There is an e-mail which has been circulating and is no doubt now the talk of Shabbos tables everywhere:

“Chanukah and Thanksgiving… turkey and latkes… what a great combination! Chanukah will be on Thanksgiving this year, for the first time ever, and never again. We will be celebrating the first night of Chanukah on Thanksgiving, so expect turkey and latkes on the table. This is the only time it will ever happen. Thanksgiving is set as the fourth Thursday in November, meaning the latest it can be is 11/28. 11/28 is also the earliest Chanukah can be.

The Jewish calendar repeats on a 19 year cycle, and Thanksgiving repeats on a 7 year cycle. You would therefore expect them to coincide roughly every 19×7 = 133 years. Looking back, this is approximately correct – the last time it would have happened is 1861. However, Thanksgiving was only formally established by President Lincoln in 1863. So, it has never happened before. Why won’t it ever happen again? The reason is because the Jewish calendar is very slowly getting out of sync with the solar calendar, at a rate of 4 days per 1,000 years. This means that while presently Chanukah can be as early as 11/28, over the years the calendar will drift forward, such that the earliest Chanukah can be is 11/29. The next time Chanukah falls on 11/28 is 2146, which is a Monday. Therefore, 2013 is the only time Chanukah will ever overlap with Thanksgiving.

Of course, if the Jewish calendar is never modified in any way, then it will slowly move forward through the Gregorian calendar, until it loops all the way back to where it is now. So, Chanukah would again fall on Thursday, 11/28…in the year 79,811. So on November 28^{th}, 2013, enjoy your turkey and your latkes. It has never happened before, and it will never happen again.”

This is all very interesting, except for one “minor” detail—the first night of Chanukah is *not* on Thanksgiving, but the evening before, Wednesday, November 27th.Eating turkey and latkes together *after having eaten latkes by themselves the night before* may be a one-time event, but I think one has to take the author of the e-mail literally about wanting to eat turkey and latkes together, which means that a Friday as the first day of Chanukah also works since the first night is then Thanksgiving. This was the case in 1918 and will be again in 2070, and this year also qualifies being that the second night of Chanukah is Thanksgiving.
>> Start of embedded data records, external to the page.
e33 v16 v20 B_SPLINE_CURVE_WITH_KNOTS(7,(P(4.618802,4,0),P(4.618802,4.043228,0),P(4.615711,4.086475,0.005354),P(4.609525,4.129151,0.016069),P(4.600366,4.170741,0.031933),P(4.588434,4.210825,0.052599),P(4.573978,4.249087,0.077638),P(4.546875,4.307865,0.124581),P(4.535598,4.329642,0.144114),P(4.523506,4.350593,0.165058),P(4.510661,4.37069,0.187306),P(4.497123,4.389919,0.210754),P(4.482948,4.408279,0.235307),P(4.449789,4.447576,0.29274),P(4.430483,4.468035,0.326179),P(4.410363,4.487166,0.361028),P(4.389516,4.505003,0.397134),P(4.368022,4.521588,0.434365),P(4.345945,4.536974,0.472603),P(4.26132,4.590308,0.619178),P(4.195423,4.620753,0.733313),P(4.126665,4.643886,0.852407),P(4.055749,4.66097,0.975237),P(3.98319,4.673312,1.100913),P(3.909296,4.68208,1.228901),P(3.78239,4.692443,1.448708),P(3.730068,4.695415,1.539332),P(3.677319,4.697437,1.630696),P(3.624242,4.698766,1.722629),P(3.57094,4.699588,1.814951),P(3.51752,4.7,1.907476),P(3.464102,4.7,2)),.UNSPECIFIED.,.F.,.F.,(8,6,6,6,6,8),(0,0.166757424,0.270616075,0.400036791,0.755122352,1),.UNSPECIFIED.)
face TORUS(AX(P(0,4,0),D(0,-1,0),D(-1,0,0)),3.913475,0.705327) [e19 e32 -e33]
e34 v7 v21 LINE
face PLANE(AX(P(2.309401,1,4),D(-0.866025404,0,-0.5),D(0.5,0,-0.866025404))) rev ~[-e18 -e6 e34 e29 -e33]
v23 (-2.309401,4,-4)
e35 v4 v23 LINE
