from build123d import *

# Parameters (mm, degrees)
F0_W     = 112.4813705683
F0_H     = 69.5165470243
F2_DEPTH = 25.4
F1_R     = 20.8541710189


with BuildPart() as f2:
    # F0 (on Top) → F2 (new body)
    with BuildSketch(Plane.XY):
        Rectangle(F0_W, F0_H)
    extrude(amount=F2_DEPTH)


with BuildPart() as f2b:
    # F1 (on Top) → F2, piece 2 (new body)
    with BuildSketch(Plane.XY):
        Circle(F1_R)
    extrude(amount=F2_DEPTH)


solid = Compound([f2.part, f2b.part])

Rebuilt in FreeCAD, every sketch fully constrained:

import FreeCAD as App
import Part
import Sketcher

V = App.Vector
Q = App.Units.Quantity

doc = App.newDocument("Part")
body = doc.addObject("PartDesign::Body", "Body")

# Sketch on XY plane
sketch1 = body.newObject("Sketcher::SketchObject", "Sketch")
sketch1.AttachmentSupport = (doc.getObject("XY_Plane"), [""])
sketch1.MapMode = "FlatFace"
sketch1.addGeometry([
    Part.LineSegment(V(-56, 35, 0), V(-56, -35, 0)),
    Part.LineSegment(V(-56, -35, 0), V(56, -35, 0)),
    Part.LineSegment(V(56, -35, 0), V(56, 35, 0)),
    Part.LineSegment(V(56, 35, 0), V(-56, 35, 0)),
], False)
sketch1.addConstraint([
    Sketcher.Constraint("Coincident", 0, 2, 1, 1),
    Sketcher.Constraint("Coincident", 1, 2, 2, 1),
    Sketcher.Constraint("Coincident", 2, 2, 3, 1),
    Sketcher.Constraint("Coincident", 3, 2, 0, 1),
    Sketcher.Constraint("Vertical", 0),
    Sketcher.Constraint("Horizontal", 1),
    Sketcher.Constraint("Vertical", 2),
    Sketcher.Constraint("Horizontal", 3),
    Sketcher.Constraint("Symmetric", 0, 2, 2, 2, -1, 1),
    Sketcher.Constraint("DistanceX", 1, 1, 1, 2, 112.481371),
    Sketcher.Constraint("DistanceY", 0, 2, 0, 1, 69.516547),
])
pad1 = body.newObject("PartDesign::Pad", "Pad")
pad1.Profile = sketch1
pad1.Length = Q("1 in")
body2 = doc.addObject("PartDesign::Body", "Body001")

# Sketch on XY plane
sketch2 = body2.newObject("Sketcher::SketchObject", "Sketch001")
sketch2.AttachmentSupport = (doc.getObject("XY_Plane001"), [""])
sketch2.MapMode = "FlatFace"
sketch2.addGeometry(Part.Circle(V(0, 0, 0), V(0, 0, 1), 21), False)
sketch2.addConstraint([
    Sketcher.Constraint("Coincident", 0, 3, -1, 1),
    Sketcher.Constraint("Diameter", 0, 41.708342),
])
pad2 = body2.newObject("PartDesign::Pad", "Pad001")
pad2.Profile = sketch2
pad2.Length = Q("1 in")

doc.recompute()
A couple of other errors: Thanksgiving cycles through its November 22- 28 date range every 5.8 years, not every 7 years, due to leap year. And November 28th is not the earliest possible first day of Chanukah—November 27th is (as it was in 1899, although that year it was on a Monday and would not have coincided with Thanksgiving.)

One sees from this that people will often make a proclamation about a rare event without sufficiently checking their calculations. In 2006, while assisting Rabbi David Niederman with the Metzitza B’Peh (MBP) case, a former mathematics professor of mine, John Paulos (a Greek- Jewish American), pointed out a 1997 case in England in which a mother was accused of murder after the second of two consecutive crib deaths. The prosecution claimed that the odds of such an event were 73 million to one, for an occurrence of once in a century. Based on this, the jury found the mother guilty of murder. A mathematical analysis by others who sought to exonerate the woman showed that the correct odds are about 100,000 to 1 and that in fact several documented cases of consecutive crib deaths occur in England every year (see here.) The author proceeds to demonstrate that, since murders of children are even rarer than crib deaths, the probability of the two babies having died by natural causes is greater than 2/3.

Similarly, when I analyzed the MBP data, I found that the odds of one mohel being associated merely by coincidence with three cases of herpes simplex virus (HSV) are 15 to 1, not the 6.9 million to one that the New York City Department of Health & Mental Health claimed. In addition, I determined that the 7 cases of HSV out of approximately 62,000 MBP circumcisions between 1988 and 2005, for a rate of 0.011%, was lower than the 0.028% perinatal HSV rate for the general population and thus has no statistical significance. I also pointed out that an indiscriminant, reckless person who is HIV+, for example, will infect several others rather quickly. If the mohel in question were really HSV infectious, wouldn’t he, who circumcises one or two babies every day, have infected 3 babies very quickly and dozens of babies by what turned out to be the third case? (The odds of their having been 500 clean circumcisions between the first and third cases of HSV are 300,000 to 1.) Wouldn’t the same apply to the mohels connected to the other cases? The statistical analysis shows that all of these mohels, including the one in question, do not fit the pattern of serial infectors. As with the “turkey with latkes” e-mail cited at the beginning of this article, one needs to have one’s facts straight before making proclamations about rare events.